3 min read

What model to use for rare events


In empirical studies, people are worried about rare event situation. That is, when you have, for example, lots of 0’s and only a few 1’s, or vice versa. Do you run a logit model, or do you use a “rare event logit”? When should you use either approach? Or there is a third approach?

Paul Allison said in his blog (https://statisticalhorizons.com/logistic-regression-for-rare-events):

“Prompted by a 2001 article by King and Zeng, many researchers worry about whether they can legitimately use conventional logistic regression for data in which events are rare. Although King and Zeng accurately described the problem and proposed an appropriate solution, there are still a lot of misconceptions about this issue.
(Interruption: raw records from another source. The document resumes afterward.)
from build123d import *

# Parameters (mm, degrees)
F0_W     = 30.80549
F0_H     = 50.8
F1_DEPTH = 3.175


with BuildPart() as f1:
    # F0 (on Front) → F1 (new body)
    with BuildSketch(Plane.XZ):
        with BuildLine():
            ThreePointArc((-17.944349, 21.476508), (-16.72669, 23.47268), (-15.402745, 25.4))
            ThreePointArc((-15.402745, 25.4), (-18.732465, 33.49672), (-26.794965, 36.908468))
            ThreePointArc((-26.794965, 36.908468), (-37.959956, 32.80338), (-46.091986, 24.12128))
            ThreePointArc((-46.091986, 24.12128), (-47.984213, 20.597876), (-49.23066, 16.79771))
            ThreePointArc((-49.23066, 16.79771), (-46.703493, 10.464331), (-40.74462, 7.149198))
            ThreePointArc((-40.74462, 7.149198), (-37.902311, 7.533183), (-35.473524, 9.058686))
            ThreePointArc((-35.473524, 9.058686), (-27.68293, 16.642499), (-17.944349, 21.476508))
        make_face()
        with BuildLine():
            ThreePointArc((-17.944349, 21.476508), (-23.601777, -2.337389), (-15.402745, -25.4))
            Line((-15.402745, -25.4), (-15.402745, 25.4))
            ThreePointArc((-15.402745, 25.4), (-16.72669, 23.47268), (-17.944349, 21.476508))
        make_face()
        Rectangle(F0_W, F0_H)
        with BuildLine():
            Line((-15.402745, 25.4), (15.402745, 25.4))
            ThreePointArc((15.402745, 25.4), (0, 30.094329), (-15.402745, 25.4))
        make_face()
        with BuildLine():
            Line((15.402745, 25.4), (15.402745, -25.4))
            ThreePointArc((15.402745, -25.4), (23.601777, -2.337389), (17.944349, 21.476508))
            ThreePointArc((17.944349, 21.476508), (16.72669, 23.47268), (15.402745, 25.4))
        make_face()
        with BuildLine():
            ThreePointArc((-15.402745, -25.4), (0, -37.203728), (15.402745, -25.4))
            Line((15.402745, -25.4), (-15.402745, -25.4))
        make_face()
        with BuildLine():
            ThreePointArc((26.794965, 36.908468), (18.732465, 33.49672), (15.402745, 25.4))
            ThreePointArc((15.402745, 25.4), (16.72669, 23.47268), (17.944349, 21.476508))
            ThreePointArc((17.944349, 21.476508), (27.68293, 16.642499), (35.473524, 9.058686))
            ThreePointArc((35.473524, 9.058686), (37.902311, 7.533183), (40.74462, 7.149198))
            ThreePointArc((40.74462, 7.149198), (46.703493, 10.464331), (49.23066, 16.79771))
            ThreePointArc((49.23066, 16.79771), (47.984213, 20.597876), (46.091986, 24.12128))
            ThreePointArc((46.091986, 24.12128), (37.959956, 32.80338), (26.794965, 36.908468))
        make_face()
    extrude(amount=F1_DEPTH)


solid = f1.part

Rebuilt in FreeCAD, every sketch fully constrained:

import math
import FreeCAD as App
import Part
import Sketcher
from FreeCAD import Vector
Q = App.Units.Quantity

doc = App.newDocument("Part")
body = doc.addObject("PartDesign::Body", "Body")

# Sketch on XZ plane
sketch1 = body.newObject("Sketcher::SketchObject", "Sketch")
sketch1.AttachmentSupport = (doc.getObject("XZ_Plane"), [""])
sketch1.MapMode = "FlatFace"
sketch1.addGeometry([
    Part.ArcOfCircle(Part.Circle(Vector(-27, 25, 0), Vector(0, 0, 1), 12), math.radians(0), math.radians(89)),  # 0
    Part.ArcOfCircle(Part.Circle(Vector(-24, 11, 0), Vector(0, 0, 1), 26), math.radians(97), math.radians(150)),  # 1
    Part.ArcOfCircle(Part.Circle(Vector(-27, 12, 0), Vector(0, 0, 1), 23), math.radians(147), math.radians(167)),  # 2
    Part.ArcOfCircle(Part.Circle(Vector(-39, 17, 0), Vector(0, 0, 1), 10), math.radians(-178), math.radians(-100)),  # 3
    Part.ArcOfCircle(Part.Circle(Vector(-40, 14, 0), Vector(0, 0, 1), 7), math.radians(-95), math.radians(-46)),  # 4
    Part.ArcOfCircle(Part.Circle(Vector(-7, -12, 0), Vector(0, 0, 1), 35), math.radians(107), math.radians(143)),  # 5
    Part.ArcOfCircle(Part.Circle(Vector(20, 0, 0), Vector(0, 0, 1), 43), math.radians(150), math.radians(216)),  # 6
    Part.ArcOfCircle(Part.Circle(Vector(0, -21, 0), Vector(0, 0, 1), 16), math.radians(-165), math.radians(-15)),  # 7
    Part.ArcOfCircle(Part.Circle(Vector(-20, 0, 0), Vector(0, 0, 1), 43), math.radians(-36), math.radians(30)),  # 8
    Part.ArcOfCircle(Part.Circle(Vector(7, -12, 0), Vector(0, 0, 1), 35), math.radians(37), math.radians(73)),  # 9
    Part.ArcOfCircle(Part.Circle(Vector(40, 14, 0), Vector(0, 0, 1), 7), math.radians(-134), math.radians(-85)),  # 10
    Part.ArcOfCircle(Part.Circle(Vector(39, 17, 0), Vector(0, 0, 1), 10), math.radians(-80), math.radians(-2)),  # 11
    Part.ArcOfCircle(Part.Circle(Vector(27, 12, 0), Vector(0, 0, 1), 23), math.radians(13), math.radians(33)),  # 12
    Part.ArcOfCircle(Part.Circle(Vector(24, 11, 0), Vector(0, 0, 1), 26), math.radians(30), math.radians(83)),  # 13
    Part.ArcOfCircle(Part.Circle(Vector(27, 25, 0), Vector(0, 0, 1), 12), math.radians(91), math.radians(180)),  # 14
    Part.ArcOfCircle(Part.Circle(Vector(0, 2, 0), Vector(0, 0, 1), 28), math.radians(56), math.radians(124)),  # 15
], False)
sketch1.addConstraint([
    Sketcher.Constraint("Coincident", 0, 2, 1, 1),
    Sketcher.Constraint("Coincident", 1, 2, 2, 1),
    Sketcher.Constraint("Coincident", 2, 2, 3, 1),
    Sketcher.Constraint("Coincident", 3, 2, 4, 1),
    Sketcher.Constraint("Coincident", 4, 2, 5, 2),
    Sketcher.Constraint("Coincident", 5, 1, 6, 1),
    Sketcher.Constraint("Coincident", 6, 2, 7, 1),
    Sketcher.Constraint("Coincident", 7, 2, 8, 1),
    Sketcher.Constraint("Coincident", 8, 2, 9, 2),
    Sketcher.Constraint("Coincident", 9, 1, 10, 1),
    Sketcher.Constraint("Coincident", 10, 2, 11, 1),
    Sketcher.Constraint("Coincident", 11, 2, 12, 1),
    Sketcher.Constraint("Coincident", 12, 2, 13, 1),
    Sketcher.Constraint("Coincident", 13, 2, 14, 1),
    Sketcher.Constraint("Coincident", 14, 2, 15, 1),
    Sketcher.Constraint("Coincident", 15, 2, 0, 1),
    Sketcher.Constraint("Equal", 6, 8),
    Sketcher.Constraint("Equal", 5, 9),
    Sketcher.Constraint("Equal", 4, 10),
    Sketcher.Constraint("Equal", 3, 11),
    Sketcher.Constraint("Equal", 2, 12),
    Sketcher.Constraint("Equal", 1, 13),
    Sketcher.Constraint("Equal", 0, 14),
    Sketcher.Constraint("Symmetric", 6, 3, 8, 3, -1, 1),
    Sketcher.Constraint("Symmetric", 6, 2, 14, 2, -1, 1),
    Sketcher.Constraint("Symmetric", 7, 2, 15, 2, -1, 1),
    Sketcher.Constraint("Symmetric", 5, 3, 9, 3, -2),
    Sketcher.Constraint("Symmetric", 4, 3, 10, 3, -2),
    Sketcher.Constraint("Symmetric", 3, 3, 11, 3, -2),
    Sketcher.Constraint("Symmetric", 2, 3, 12, 3, -2),
    Sketcher.Constraint("Symmetric", 1, 3, 13, 3, -2),
    Sketcher.Constraint("Symmetric", 0, 3, 14, 3, -2),
    Sketcher.Constraint("PointOnObject", 6, 3, -1),
    Sketcher.Constraint("Horizontal", 0, 3, 14, 2),
    Sketcher.Constraint("DistanceY", -1, 1, 0, 3, Q("1 in")),
    Sketcher.Constraint("Radius", 1, Q("25.772402 mm")),
    Sketcher.Constraint("Radius", 0, Q("11.50906 mm")),
    Sketcher.Constraint("Radius", 5, Q("35.077709 mm")),
    Sketcher.Constraint("Radius", 6, Q("43.173328 mm")),
    Sketcher.Constraint("Radius", 2, Q("22.765703 mm")),
    Sketcher.Constraint("Radius", 3, Q("10.174307 mm")),
    Sketcher.Constraint("Radius", 4, Q("6.775468 mm")),
    Sketcher.Constraint("Radius", 7, Q("15.951424 mm")),
    Sketcher.Constraint("Radius", 15, Q("27.616437 mm")),
    Sketcher.Constraint("DistanceX", 0, 3, 0, 2, Q("0.0046 in")),
    Sketcher.Constraint("DistanceX", 14, 2, 13, 3, Q("0.3275999 in")),
    Sketcher.Constraint("DistanceY", -1, 1, 10, 2, Q("7.149198 mm")),
    Sketcher.Constraint("DistanceX", 5, 3, 6, 3, Q("26.914199 mm")),
    Sketcher.Constraint("DistanceX", 2, 3, 8, 3, Q("7.550999 mm")),
    Sketcher.Constraint("DistanceY", 4, 2, 3, 3, Q("8.125 mm")),
    Sketcher.Constraint("DistanceX", 2, 3, -1, 1, Q("27.059231 mm")),
    Sketcher.Constraint("DistanceY", -1, 1, 4, 3, Q("13.903542 mm")),
    Sketcher.Constraint("DistanceY", 5, 3, -1, 1, Q("11.980751 mm")),
    Sketcher.Constraint("DistanceY", -1, 1, 1, 2, Q("24.12128 mm")),
    Sketcher.Constraint("DistanceX", 2, 2, -1, 1, Q("49.23066 mm")),
])
pad1 = body.newObject("PartDesign::Pad", "Pad")
pad1.Profile = sketch1
pad1.Length = Q("0.125 in")

doc.recompute()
The problem is not specifically the rarity of events, but rather the possibility of a small number of cases on the rarer of the two outcomes. If you have a sample size of 1000 but only 20 events, you have a problem. If you have a sample size of 10,000 with 200 events, you may be OK. If your sample has 100,000 cases with 2000 events, you’re golden."

In general I agree with him. However, when exactly should we use King and Zeng’s “relogit”?

Allison also mentioned two other methods. One is called the Firth method, a penalized likelihood approach. The other one is the exact logistic regression, which is for small samples.

In this simulation excercise, I’ll see how three methods perform: logit, rare event logit, and Firth model.


Here I have some code for using multiple cores to run these three models. Rare event logit is implemented in R as “relogit”, Firth method is implemented in “logistf”.


# initialize parallel cores.
sfInit( parallel=TRUE, cpus=16)

gen.sim <- function(df){
x <- rnorm(df['nobs'],0,1)

#generate binary data
p <- df['p']
alpha <- -log((1-p)/p )
z = alpha + 2*x
pr = 1/(1+exp(-z))
y = rbinom(df['nobs'], 1, pr)
df = data.frame(y=y, x=x)

# logit
m1 <- glm(y ~ x, family='binomial')
m1.x <- summary(m1)$coefficients['x','Estimate']-2

# relogit
m2 <- zelig(y ~ x, data=df, model='relogit')
m2.x <- coef(m2)['x']-2

# logistf
m3 <- logistf(y ~ x, data=df)
m3.x <- coef(m3)['x']-2

return(c(logit=m1.x, relogit=m2.x, logistf=m3.x))

# set parameter space
sim.grid = seq(1,100,1)
p.grid = c(.01, .05, .1)
nobs.grid = c(10,30,50,100,200,500,1000,10000)   

data.grid <- expand.grid(nobs.grid, sim.grid, p.grid)
names(data.grid) <- c('nobs', 'nsim','p')

# export functions to the slaves
# export data to the slaves if necessary

# export function to the slaves

results <- data.frame(t(sfApply(data.grid, 1, gen.sim)))

# stop the cluster

forshiny <- cbind(data.grid, results)
# write out for use in shiny.
write.csv(forshiny, 'results.csv')

We simulate 100 times with sample size from 10 to 10000, event probability .01, .05, and .1.

Since there are many simulations, we used “snowfall” library to speed things up.

Here is the Shiny app:

In the graphes are two vertical lines. The lighter one is the bias, the other one is MSE.

In the case of small sample and rare event (for example, any situation that the product of sample size and probability is less than 5), none of these three models perform well. This is understandable, after all, the rarer of the two groups has only less than 5 observations. When the product is more than 50, there is not much difference between these three models. For the situations in between, that is, the product of sample size and probability is greater than 5 but less than 50, we found that relogit and logistf perform better than logit. In most cases, logistf is the best.

In the small sample situation, maybe it’s better to use the exact logistic regression.